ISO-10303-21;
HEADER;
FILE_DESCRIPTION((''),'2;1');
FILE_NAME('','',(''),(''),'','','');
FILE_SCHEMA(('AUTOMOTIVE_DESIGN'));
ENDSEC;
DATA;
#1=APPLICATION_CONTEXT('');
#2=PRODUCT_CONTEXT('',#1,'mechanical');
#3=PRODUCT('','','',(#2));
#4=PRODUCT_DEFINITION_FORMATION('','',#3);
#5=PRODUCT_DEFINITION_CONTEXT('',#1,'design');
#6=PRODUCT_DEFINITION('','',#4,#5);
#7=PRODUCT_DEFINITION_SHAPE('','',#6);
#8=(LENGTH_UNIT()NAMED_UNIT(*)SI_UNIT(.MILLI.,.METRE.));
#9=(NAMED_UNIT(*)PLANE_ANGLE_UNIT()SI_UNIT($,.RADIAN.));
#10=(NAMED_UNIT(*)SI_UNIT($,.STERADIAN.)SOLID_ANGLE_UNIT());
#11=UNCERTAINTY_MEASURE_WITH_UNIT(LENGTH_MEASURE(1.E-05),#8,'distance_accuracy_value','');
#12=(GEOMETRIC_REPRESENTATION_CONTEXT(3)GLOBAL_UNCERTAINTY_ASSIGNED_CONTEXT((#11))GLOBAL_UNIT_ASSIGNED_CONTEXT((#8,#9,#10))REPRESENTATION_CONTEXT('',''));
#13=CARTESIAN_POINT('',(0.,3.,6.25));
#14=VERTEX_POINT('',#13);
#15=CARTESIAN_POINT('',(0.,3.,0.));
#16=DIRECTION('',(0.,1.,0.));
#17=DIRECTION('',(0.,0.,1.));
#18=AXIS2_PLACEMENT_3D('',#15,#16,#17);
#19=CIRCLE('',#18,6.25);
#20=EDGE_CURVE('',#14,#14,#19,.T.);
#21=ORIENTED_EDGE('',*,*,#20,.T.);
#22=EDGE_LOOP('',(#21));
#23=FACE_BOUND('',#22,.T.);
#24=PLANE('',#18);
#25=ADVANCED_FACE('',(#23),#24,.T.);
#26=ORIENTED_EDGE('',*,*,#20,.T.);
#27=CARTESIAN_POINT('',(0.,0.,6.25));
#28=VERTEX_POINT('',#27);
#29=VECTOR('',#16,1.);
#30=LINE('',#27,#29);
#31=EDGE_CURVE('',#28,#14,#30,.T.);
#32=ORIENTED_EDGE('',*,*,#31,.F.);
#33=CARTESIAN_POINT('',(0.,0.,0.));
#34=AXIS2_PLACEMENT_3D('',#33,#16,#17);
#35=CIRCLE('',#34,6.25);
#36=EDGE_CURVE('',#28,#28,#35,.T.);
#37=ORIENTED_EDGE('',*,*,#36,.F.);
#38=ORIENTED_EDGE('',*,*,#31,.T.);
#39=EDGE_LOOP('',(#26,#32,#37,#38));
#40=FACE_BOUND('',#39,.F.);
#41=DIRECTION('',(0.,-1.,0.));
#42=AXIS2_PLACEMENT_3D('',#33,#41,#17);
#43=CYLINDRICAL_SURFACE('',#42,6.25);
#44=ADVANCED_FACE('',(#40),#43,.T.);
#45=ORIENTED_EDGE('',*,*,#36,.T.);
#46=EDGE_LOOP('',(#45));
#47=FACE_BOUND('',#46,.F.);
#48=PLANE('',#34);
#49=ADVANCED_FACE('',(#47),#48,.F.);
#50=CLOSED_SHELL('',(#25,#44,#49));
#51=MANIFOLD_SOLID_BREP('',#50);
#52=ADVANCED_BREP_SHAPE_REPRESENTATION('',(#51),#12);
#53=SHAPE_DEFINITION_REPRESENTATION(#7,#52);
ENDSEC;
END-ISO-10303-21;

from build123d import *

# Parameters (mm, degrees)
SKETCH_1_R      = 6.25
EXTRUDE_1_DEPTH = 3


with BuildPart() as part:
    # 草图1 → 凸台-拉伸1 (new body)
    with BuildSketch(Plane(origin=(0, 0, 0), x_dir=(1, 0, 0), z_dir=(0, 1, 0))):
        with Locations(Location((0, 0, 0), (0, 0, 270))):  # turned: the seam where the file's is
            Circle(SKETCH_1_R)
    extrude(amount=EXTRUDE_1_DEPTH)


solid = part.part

What is expected >>
Reproduce, word for word, the lines of the data from the one that contains "#45=ORIENTED_EDGE('',*,*,#36,.T.);" to the end, both ends included.

Answer space >>
#45=ORIENTED_EDGE('',*,*,#36,.T.);
#46=EDGE_LOOP('',(#45));
#47=FACE_BOUND('',#46,.F.);
#48=PLANE('',#34);
#49=ADVANCED_FACE('',(#47),#48,.F.);
#50=CLOSED_SHELL('',(#25,#44,#49));
#51=MANIFOLD_SOLID_BREP('',#50);
#52=ADVANCED_BREP_SHAPE_REPRESENTATION('',(#51),#12);
#53=SHAPE_DEFINITION_REPRESENTATION(#7,#52);
ENDSEC;
END-ISO-10303-21;

from build123d import *

# Parameters (mm, degrees)
SKETCH_1_R      = 6.25
EXTRUDE_1_DEPTH = 3


with BuildPart() as part:
    # 草图1 → 凸台-拉伸1 (new body)
    with BuildSketch(Plane(origin=(0, 0, 0), x_dir=(1, 0, 0), z_dir=(0, 1, 0))):
        with Locations(Location((0, 0, 0), (0, 0, 270))):  # turned: the seam where the file's is
            Circle(SKETCH_1_R)
    extrude(amount=EXTRUDE_1_DEPTH)


solid = part.part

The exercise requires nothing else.